Task input ▸
_ _ _ _
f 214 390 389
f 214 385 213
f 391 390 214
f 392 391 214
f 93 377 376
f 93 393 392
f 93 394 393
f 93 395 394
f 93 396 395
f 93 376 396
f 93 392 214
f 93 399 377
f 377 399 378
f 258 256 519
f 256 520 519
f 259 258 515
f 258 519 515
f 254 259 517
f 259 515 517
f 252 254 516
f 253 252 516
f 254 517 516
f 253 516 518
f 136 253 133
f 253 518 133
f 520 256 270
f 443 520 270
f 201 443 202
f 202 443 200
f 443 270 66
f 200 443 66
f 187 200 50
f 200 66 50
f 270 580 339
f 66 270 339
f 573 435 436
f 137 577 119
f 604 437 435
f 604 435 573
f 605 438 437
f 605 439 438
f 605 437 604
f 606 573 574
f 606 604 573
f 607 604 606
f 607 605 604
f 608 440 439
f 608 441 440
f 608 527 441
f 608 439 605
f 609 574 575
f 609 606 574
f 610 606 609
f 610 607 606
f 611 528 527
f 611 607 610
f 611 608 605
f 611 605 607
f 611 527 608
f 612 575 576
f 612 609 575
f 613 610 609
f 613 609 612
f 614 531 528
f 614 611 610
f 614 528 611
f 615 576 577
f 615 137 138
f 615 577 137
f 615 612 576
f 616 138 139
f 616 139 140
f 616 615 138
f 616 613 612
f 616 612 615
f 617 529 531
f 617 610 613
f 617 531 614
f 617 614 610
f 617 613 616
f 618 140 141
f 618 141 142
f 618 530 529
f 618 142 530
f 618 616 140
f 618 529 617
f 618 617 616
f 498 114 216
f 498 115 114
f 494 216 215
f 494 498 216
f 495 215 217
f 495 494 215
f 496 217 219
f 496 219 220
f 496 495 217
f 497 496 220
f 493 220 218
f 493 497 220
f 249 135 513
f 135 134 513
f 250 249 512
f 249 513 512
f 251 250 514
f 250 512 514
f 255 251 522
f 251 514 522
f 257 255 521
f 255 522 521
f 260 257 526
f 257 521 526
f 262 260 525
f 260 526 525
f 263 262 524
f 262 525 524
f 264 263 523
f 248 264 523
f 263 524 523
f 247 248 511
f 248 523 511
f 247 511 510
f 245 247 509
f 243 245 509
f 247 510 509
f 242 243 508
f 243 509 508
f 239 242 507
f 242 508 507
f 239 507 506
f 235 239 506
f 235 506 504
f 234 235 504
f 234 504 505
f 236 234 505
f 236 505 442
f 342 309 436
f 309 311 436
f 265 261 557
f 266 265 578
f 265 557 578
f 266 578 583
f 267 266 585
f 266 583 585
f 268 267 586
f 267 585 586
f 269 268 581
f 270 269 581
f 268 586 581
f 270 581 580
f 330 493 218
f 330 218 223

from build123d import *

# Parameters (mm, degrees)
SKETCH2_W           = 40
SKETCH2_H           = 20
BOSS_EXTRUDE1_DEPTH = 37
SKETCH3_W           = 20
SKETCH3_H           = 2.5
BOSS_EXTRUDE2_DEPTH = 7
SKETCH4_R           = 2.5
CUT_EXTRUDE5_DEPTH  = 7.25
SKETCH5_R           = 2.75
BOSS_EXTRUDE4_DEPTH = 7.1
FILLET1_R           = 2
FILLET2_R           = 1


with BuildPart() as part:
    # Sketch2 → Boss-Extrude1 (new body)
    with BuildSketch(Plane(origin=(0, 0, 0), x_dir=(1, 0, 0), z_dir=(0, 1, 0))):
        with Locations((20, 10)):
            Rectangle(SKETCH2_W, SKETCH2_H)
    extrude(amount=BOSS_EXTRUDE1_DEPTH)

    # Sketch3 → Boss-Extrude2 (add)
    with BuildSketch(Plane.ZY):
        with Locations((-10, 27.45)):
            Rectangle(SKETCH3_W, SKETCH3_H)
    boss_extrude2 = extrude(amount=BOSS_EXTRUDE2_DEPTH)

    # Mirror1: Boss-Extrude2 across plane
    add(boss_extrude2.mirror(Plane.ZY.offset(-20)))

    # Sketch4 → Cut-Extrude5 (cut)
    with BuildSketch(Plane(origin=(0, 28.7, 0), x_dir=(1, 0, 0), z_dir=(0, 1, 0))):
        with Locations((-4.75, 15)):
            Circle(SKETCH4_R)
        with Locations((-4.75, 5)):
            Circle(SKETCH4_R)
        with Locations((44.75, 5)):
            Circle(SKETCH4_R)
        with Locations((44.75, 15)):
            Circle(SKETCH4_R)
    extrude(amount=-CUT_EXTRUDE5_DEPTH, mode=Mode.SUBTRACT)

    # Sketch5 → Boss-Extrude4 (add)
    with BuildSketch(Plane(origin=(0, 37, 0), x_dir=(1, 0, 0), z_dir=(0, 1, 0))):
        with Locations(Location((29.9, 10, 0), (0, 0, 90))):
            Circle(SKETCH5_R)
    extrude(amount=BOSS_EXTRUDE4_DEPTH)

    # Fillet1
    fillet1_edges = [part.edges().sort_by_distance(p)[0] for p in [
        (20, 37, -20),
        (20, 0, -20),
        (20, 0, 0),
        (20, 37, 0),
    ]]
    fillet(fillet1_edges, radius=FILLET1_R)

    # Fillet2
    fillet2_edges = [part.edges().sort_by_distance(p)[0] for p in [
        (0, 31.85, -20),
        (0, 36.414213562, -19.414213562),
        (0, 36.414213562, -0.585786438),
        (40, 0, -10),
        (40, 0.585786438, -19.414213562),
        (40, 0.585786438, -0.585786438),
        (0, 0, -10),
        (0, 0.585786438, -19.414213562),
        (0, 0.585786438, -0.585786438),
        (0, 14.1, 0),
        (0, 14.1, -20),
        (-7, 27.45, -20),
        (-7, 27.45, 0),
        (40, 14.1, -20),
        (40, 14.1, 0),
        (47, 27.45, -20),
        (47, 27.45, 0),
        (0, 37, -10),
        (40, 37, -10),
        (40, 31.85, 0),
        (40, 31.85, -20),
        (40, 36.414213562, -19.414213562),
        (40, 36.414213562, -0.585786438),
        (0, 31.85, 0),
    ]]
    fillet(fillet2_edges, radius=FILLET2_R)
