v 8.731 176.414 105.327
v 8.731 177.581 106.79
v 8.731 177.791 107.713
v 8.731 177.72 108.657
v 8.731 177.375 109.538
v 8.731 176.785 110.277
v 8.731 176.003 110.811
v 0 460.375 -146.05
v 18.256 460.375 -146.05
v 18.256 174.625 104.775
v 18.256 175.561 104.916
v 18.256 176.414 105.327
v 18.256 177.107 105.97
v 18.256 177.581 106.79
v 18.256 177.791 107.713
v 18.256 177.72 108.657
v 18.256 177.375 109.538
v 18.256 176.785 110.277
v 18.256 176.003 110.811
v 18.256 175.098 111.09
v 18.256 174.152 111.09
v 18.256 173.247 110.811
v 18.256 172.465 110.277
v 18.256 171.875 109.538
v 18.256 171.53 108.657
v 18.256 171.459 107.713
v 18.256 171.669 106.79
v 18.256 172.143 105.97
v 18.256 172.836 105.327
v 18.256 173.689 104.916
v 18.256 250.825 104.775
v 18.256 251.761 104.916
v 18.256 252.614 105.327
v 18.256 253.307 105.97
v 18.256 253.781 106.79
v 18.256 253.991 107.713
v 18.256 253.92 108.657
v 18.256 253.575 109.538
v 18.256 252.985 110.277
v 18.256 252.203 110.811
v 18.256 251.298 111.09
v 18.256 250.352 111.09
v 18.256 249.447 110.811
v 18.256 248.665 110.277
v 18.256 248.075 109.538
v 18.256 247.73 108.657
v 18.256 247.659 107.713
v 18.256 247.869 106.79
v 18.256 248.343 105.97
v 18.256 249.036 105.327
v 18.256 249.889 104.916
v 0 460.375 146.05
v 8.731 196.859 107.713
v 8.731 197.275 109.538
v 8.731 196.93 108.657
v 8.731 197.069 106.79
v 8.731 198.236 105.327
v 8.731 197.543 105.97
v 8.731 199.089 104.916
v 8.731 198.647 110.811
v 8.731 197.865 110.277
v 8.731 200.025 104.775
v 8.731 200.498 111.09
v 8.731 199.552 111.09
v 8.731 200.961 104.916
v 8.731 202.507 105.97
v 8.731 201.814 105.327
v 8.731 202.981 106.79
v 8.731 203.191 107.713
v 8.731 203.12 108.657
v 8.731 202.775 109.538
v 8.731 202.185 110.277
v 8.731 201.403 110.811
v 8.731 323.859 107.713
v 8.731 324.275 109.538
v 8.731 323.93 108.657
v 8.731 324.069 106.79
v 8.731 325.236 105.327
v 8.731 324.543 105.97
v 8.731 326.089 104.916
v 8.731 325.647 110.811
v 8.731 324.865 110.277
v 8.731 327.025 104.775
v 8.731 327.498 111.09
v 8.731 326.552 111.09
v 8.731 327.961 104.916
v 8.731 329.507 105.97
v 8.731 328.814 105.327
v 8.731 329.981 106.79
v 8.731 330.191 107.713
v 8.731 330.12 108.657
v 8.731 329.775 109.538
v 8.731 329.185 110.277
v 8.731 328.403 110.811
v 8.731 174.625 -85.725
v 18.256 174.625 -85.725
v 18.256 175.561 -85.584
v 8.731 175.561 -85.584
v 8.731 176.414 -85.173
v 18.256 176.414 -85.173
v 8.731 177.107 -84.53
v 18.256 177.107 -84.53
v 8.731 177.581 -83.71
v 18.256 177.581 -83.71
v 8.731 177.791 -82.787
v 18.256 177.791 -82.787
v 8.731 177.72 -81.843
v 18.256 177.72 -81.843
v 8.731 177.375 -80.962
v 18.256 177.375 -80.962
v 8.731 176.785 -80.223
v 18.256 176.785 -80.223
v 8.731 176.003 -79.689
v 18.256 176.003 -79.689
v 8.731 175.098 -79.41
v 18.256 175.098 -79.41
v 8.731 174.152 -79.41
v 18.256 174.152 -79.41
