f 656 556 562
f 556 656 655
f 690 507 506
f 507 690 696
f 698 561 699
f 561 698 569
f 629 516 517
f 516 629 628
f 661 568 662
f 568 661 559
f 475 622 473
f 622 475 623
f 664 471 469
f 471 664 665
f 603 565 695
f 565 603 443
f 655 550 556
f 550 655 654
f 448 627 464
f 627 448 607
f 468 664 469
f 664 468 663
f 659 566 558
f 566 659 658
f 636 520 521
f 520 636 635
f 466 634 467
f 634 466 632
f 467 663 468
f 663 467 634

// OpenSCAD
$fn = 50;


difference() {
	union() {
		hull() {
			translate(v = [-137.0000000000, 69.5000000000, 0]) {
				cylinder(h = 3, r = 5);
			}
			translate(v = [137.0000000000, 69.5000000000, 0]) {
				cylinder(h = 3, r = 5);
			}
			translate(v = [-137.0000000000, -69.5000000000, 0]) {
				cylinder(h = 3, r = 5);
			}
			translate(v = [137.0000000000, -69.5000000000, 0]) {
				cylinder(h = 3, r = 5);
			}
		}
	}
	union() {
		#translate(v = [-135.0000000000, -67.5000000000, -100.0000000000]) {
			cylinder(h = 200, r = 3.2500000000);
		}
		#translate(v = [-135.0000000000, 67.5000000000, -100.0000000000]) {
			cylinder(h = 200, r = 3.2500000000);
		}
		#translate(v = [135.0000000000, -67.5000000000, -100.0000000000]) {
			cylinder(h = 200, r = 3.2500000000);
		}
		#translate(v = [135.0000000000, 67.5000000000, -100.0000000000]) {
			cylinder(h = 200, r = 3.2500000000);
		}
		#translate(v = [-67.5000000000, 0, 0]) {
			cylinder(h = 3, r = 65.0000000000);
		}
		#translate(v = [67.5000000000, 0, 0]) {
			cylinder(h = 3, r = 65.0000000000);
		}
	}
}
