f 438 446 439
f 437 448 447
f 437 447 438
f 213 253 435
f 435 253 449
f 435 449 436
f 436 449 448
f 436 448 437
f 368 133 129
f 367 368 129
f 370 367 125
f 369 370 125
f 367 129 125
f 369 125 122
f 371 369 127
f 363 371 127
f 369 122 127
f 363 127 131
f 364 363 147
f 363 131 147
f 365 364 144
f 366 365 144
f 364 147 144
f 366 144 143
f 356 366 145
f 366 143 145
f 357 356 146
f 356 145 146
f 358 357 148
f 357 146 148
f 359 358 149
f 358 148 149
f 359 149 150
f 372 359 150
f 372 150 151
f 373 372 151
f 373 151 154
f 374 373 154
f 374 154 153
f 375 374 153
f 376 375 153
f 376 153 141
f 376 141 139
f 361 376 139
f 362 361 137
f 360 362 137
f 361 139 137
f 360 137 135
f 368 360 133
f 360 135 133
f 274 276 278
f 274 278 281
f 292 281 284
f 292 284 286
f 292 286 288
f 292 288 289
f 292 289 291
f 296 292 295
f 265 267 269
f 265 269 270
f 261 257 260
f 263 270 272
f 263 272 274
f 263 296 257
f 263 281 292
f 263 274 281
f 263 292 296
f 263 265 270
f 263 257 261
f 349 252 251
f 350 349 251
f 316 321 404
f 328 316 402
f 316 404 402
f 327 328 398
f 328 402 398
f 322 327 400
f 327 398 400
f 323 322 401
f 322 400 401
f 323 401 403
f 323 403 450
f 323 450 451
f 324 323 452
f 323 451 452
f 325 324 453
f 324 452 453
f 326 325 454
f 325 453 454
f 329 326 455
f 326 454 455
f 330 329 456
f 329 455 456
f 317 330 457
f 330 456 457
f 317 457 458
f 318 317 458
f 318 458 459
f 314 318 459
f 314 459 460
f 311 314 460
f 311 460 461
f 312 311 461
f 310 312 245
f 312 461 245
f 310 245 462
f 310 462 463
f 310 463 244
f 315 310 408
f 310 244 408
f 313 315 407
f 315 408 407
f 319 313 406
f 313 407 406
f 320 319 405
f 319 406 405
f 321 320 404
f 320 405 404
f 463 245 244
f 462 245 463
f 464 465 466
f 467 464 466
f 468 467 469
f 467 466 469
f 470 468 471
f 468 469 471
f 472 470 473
_ _ _ _
Exercise instructions ▸ Working from the entries above, filter out every line that lacks "origin" and copy what remains.

Finished task ▸
    with BuildSketch(Plane(origin=(0, 0, 0), x_dir=(1, 0, 0), z_dir=(0, 1, 0))):
    with BuildSketch(Plane(origin=(0, 28.7, 0), x_dir=(1, 0, 0), z_dir=(0, 1, 0))):
    with BuildSketch(Plane(origin=(0, 37, 0), x_dir=(1, 0, 0), z_dir=(0, 1, 0))):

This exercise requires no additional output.